4. What I Talk About When I Talk About Running (192 pages)
Image: Books on the 747
You know the saying, ‘Comparison is the thief of joy.’
In the age of social media, we are constantly being reminded about other people’s success. To be considered successful, you need to get a house, an imported car, a 6-figure income, get married, and have kids all before a certain age. Forbes 30 under 30, anyone? It is downright depressing, but I hope this book can help you see the light.
Part memoir, this book covers 3 key themes: running, writing, and growing old.
Don’t put it off because even if you are not a runner. The truth is, you need the same attitude in completing the marathon called life. In this race, there are no winners or losers, only those who manage to stay the course. You pile in on the effort, bit by bit, day by day. The journey might seem long, but it will be worth it. It does not matter how long it takes for you to finish the race, as long as you stay the course.
Stay the course.
“Of course it was painful, and there were times when, emotionally, I just wanted to chuck it all. But pain seems to be a precondition for this kind of sport. If pain weren't involved, who in the world would ever go to the trouble of taking part in sports like the triathlon or the marathon, which demands such an investment of time and energy? It's precisely because of the pain, and because we want to overcome that pain, that we can get the feeling, through this process, of really being alive—or at least a partial sense of it. Your quality of experience is based not on standards such as time or ranking, but on finally awakening to an awareness of the fluidity within action itself.” - Haruki Murakami
Conciseness is not exactly a Murakami trait, but his strength (or the translator’s) lies in his descriptive prose. In the quote above, he talked about how life isn’t, and shouldn’t be about the ranking. You try your best every day, and you improve a little bit every day. Enjoy the fact that you are in motion. You are progressing daily, and that is what matters. It might be painful, but it is better than getting stuck at the starting line. As long as you keep running, you will always one-up your past self.
5. Oh, the Places You’ll Go! (56 pages)
Ending this article with a light-hearted read, but no doubt an inspiring one. While the passage to reaching your dream will not be an easy one, remember that life is a great balancing act. Remember to celebrate the small wins, and to enjoy the voyage. May you never lose the hopeful, starry-eyed kid that resides in all of us.
Today is your day.
You're off to Great Places!
You're off and away!
Today is your day and the mountain is waiting!

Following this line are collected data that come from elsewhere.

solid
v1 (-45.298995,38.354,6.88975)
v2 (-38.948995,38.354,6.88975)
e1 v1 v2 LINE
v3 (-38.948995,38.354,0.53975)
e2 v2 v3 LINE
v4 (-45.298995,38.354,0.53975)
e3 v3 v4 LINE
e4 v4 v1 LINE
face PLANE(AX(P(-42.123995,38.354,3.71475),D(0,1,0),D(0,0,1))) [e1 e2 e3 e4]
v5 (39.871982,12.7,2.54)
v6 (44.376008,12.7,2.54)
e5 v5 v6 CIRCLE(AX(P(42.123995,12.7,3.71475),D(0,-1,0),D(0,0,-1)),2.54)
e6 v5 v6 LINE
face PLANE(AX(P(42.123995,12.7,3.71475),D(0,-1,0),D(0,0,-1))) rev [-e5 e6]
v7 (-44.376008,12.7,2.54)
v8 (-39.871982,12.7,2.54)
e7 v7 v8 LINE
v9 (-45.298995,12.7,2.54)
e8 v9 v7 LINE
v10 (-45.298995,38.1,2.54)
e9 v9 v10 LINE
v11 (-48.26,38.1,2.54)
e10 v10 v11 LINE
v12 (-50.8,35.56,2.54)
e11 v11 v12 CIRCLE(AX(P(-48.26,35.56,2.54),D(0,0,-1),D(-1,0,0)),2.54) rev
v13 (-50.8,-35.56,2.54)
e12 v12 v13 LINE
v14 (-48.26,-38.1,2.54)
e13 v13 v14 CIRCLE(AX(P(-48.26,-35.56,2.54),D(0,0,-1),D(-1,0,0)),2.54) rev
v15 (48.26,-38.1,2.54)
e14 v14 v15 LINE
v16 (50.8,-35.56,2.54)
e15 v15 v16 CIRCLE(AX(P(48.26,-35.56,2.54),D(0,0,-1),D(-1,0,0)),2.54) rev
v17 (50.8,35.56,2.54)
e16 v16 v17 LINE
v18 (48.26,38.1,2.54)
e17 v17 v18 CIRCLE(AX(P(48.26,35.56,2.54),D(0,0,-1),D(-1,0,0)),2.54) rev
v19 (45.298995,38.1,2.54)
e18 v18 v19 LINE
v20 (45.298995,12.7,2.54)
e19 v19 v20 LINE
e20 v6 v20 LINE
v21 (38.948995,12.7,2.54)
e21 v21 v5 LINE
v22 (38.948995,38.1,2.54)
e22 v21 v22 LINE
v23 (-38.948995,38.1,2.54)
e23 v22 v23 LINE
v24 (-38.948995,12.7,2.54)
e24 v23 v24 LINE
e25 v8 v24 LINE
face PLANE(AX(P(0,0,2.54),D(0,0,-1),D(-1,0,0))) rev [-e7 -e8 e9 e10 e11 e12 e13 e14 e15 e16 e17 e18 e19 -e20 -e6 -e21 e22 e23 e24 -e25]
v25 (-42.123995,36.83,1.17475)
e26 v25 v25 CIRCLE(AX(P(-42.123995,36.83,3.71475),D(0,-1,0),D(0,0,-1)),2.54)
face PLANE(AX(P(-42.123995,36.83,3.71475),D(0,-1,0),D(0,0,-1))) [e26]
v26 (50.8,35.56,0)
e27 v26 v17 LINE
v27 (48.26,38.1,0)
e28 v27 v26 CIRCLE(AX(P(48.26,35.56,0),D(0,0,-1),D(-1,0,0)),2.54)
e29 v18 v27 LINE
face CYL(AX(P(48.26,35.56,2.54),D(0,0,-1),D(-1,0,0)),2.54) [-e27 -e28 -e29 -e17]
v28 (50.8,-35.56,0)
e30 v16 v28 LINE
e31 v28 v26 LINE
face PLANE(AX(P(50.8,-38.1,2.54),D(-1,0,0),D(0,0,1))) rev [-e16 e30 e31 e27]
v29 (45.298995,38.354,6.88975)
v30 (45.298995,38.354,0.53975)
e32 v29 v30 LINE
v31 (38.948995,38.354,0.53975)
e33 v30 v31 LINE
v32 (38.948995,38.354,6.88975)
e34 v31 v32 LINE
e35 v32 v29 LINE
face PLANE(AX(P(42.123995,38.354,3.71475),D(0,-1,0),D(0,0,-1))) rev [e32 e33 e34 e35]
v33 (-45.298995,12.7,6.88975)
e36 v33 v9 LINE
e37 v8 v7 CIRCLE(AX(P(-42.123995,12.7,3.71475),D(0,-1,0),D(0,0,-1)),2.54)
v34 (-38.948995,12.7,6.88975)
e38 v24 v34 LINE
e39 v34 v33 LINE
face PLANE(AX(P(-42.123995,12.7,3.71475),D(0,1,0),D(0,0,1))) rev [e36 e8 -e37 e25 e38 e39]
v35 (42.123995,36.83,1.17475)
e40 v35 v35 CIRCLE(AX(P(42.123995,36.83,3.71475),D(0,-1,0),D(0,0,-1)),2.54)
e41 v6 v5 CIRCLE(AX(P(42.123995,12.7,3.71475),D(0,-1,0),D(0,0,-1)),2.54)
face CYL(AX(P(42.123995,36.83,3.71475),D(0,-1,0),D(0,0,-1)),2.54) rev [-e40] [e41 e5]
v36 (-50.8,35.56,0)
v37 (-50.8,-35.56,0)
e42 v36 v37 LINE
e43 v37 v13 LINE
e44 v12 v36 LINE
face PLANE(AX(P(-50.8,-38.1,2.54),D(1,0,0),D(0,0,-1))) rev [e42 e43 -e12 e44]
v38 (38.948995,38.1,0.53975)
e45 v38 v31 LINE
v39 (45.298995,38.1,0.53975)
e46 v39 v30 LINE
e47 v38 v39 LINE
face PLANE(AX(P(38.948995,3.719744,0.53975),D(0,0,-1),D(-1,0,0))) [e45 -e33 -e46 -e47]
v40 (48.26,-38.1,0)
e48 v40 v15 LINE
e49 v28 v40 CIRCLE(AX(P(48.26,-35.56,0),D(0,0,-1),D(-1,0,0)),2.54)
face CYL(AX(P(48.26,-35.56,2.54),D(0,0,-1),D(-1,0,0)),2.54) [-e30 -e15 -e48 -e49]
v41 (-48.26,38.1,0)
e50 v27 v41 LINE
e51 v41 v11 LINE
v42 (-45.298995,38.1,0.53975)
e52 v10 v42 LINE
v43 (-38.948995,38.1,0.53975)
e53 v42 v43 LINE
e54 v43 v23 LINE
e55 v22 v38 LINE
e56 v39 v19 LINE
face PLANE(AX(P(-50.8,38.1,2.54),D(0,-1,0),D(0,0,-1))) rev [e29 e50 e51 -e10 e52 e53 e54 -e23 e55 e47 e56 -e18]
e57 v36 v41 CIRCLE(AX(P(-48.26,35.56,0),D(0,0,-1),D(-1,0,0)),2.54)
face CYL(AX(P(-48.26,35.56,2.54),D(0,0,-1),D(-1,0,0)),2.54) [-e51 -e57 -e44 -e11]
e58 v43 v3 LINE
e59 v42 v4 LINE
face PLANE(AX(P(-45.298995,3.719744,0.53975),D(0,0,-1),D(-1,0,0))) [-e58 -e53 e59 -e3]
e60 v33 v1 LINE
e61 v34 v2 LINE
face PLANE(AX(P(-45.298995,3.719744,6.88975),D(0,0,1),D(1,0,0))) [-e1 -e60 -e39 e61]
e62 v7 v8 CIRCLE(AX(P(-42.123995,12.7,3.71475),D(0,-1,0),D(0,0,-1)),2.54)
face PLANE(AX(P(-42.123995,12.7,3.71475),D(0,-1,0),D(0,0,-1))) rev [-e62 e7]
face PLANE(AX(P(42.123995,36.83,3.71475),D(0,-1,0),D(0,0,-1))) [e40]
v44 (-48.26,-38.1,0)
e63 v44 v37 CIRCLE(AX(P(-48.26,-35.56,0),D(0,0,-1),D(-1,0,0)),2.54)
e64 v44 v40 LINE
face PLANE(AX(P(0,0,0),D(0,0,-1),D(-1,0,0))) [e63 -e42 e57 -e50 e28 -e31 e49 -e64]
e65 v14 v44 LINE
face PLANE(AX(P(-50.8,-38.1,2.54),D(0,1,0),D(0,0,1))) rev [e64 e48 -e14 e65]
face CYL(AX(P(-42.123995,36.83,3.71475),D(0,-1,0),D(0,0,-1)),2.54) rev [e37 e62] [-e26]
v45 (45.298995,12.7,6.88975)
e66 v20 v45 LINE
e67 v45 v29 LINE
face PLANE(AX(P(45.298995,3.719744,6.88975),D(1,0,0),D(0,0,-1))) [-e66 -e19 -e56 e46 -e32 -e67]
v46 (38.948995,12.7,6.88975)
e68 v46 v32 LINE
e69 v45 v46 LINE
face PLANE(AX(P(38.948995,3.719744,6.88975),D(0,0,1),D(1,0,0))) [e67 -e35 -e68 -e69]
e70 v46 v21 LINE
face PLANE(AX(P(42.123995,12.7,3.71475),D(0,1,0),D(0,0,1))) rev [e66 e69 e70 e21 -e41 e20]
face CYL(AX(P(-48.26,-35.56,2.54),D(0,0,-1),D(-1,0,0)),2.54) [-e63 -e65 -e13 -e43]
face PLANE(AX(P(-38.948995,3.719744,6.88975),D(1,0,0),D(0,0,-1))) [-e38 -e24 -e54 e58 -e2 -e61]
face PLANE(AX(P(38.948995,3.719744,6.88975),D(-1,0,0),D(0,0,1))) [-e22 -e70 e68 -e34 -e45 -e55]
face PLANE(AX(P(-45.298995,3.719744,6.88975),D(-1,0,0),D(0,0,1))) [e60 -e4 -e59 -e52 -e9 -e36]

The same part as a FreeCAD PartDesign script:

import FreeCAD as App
import Part
import Sketcher
from FreeCAD import Vector
Q = App.Units.Quantity


def edges_at(feature, points):
    """Names of the edges that pass closest to the given points."""
    edges = feature.Shape.Edges
    near = lambda p: min(range(len(edges)), key=lambda i: edges[i].distToShape(Part.Vertex(*p))[0])
    return sorted({f"Edge{near(p) + 1}" for p in points})

doc = App.newDocument("Part")
body = doc.addObject("PartDesign::Body", "Body")

# Sketch on XY plane
sketch1 = doc.addObject("Sketcher::SketchObject", "Sketch")
body.addObject(sketch1)
sketch1.AttachmentSupport = (doc.XY_Plane, [""])
sketch1.MapMode = "FlatFace"
sketch1.addGeometry(Part.LineSegment(Vector(-51, 38, 0), Vector(-51, -38, 0)), False)
sketch1.addGeometry(Part.LineSegment(Vector(-51, -38, 0), Vector(51, -38, 0)), False)
sketch1.addGeometry(Part.LineSegment(Vector(51, -38, 0), Vector(51, 38, 0)), False)
sketch1.addGeometry(Part.LineSegment(Vector(51, 38, 0), Vector(-51, 38, 0)), False)
sketch1.addConstraint(Sketcher.Constraint("Coincident", 0, 2, 1, 1))
sketch1.addConstraint(Sketcher.Constraint("Coincident", 1, 2, 2, 1))
sketch1.addConstraint(Sketcher.Constraint("Coincident", 2, 2, 3, 1))
sketch1.addConstraint(Sketcher.Constraint("Coincident", 3, 2, 0, 1))
sketch1.addConstraint(Sketcher.Constraint("Vertical", 0))
sketch1.addConstraint(Sketcher.Constraint("Horizontal", 1))
sketch1.addConstraint(Sketcher.Constraint("Vertical", 2))
sketch1.addConstraint(Sketcher.Constraint("Horizontal", 3))
sketch1.addConstraint(Sketcher.Constraint("Symmetric", 0, 2, 2, 2, -1, 1))
sketch1.addConstraint(Sketcher.Constraint("DistanceX", 1, 1, 1, 2, Q("4 in")))
sketch1.addConstraint(Sketcher.Constraint("DistanceY", 0, 2, 0, 1, Q("3 in")))
pad1 = doc.addObject("PartDesign::Pad", "Pad")
body.addObject(pad1)
pad1.Profile = sketch1
pad1.Length = Q("0.1 in")

# Sketch on XZ plane
sketch2 = doc.addObject("Sketcher::SketchObject", "Sketch001")
body.addObject(sketch2)
sketch2.AttachmentSupport = (doc.XZ_Plane, [""])
sketch2.MapMode = "FlatFace"
sketch2.AttachmentOffset = App.Placement(Vector(0, 0, -1.5 * 25.4), App.Rotation())
sketch2.addGeometry(Part.Circle(Vector(-42.1, 3.7, 0), Vector(0, 0, 1), 1.6), False)
sketch2.addGeometry(Part.Circle(Vector(-42.1, 3.7, 0), Vector(0, 0, 1), 1.3), False)
sketch2.addGeometry(Part.Circle(Vector(42.1, 3.7, 0), Vector(0, 0, 1), 1.6), False)
sketch2.addGeometry(Part.Circle(Vector(42.1, 3.7, 0), Vector(0, 0, 1), 1.3), False)
sketch2.addConstraint(Sketcher.Constraint("Coincident", 1, 3, 0, 3))
sketch2.addConstraint(Sketcher.Constraint("Coincident", 3, 3, 2, 3))
sketch2.addConstraint(Sketcher.Constraint("Equal", 0, 2))
sketch2.addConstraint(Sketcher.Constraint("Equal", 1, 3))
sketch2.addConstraint(Sketcher.Constraint("Symmetric", 0, 3, 2, 3, -2))
sketch2.addConstraint(Sketcher.Constraint("Diameter", 0, Q("0.125 in")))
sketch2.addConstraint(Sketcher.Constraint("Diameter", 1, Q("0.105 in")))
sketch2.addConstraint(Sketcher.Constraint("DistanceY", -1, 1, 0, 3, Q("3.71475 mm")))
sketch2.addConstraint(Sketcher.Constraint("DistanceX", 0, 3, 2, 3, Q("84.24799 mm")))
pad2 = doc.addObject("PartDesign::Pad", "Pad001")
body.addObject(pad2)
pad2.Profile = sketch2
pad2.Length = Q("1 in")

# Sketch on XZ plane
sketch3 = doc.addObject("Sketcher::SketchObject", "Sketch002")
body.addObject(sketch3)
sketch3.AttachmentSupport = (doc.XZ_Plane, [""])
sketch3.MapMode = "FlatFace"
sketch3.AttachmentOffset = App.Placement(Vector(0, 0, -1.51 * 25.4), App.Rotation())
sketch3.addGeometry(Part.Circle(Vector(-42.1, 3.7, 0), Vector(0, 0, 1), 1.6), False)
sketch3.addGeometry(Part.Circle(Vector(42.1, 3.7, 0), Vector(0, 0, 1), 1.6), False)
sketch3.addConstraint(Sketcher.Constraint("Equal", 0, 1))
sketch3.addConstraint(Sketcher.Constraint("Symmetric", 0, 3, 1, 3, -2))
sketch3.addConstraint(Sketcher.Constraint("Diameter", 0, Q("0.125 in")))
sketch3.addConstraint(Sketcher.Constraint("DistanceY", -1, 1, 0, 3, Q("3.71475 mm")))
sketch3.addConstraint(Sketcher.Constraint("DistanceX", 0, 3, 1, 3, Q("84.24799 mm")))
pad3 = doc.addObject("PartDesign::Pad", "Pad002")
body.addObject(pad3)
pad3.Profile = sketch3
pad3.Length = Q("0.01 in")
doc.recompute()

I hope these five books will help you move mountains. This journey called life can be a daunting one, but reading these stories, and reading about those who have come before us can help ease our anxiety. We will face a lot of challenges in life, but as the teaching goes, “Pain is inevitable, suffering is optional.” How you deal with the pain matters more than the pain itself.
Reading has been a lifelong hobby of mine. I love how it opens my eyes and shows me the horizon beyond my current life. After getting out of university (yes, you will have more time to read when you leave school!), I have set the target to read 52 books a year. A 52-time-a-year sort of adventure.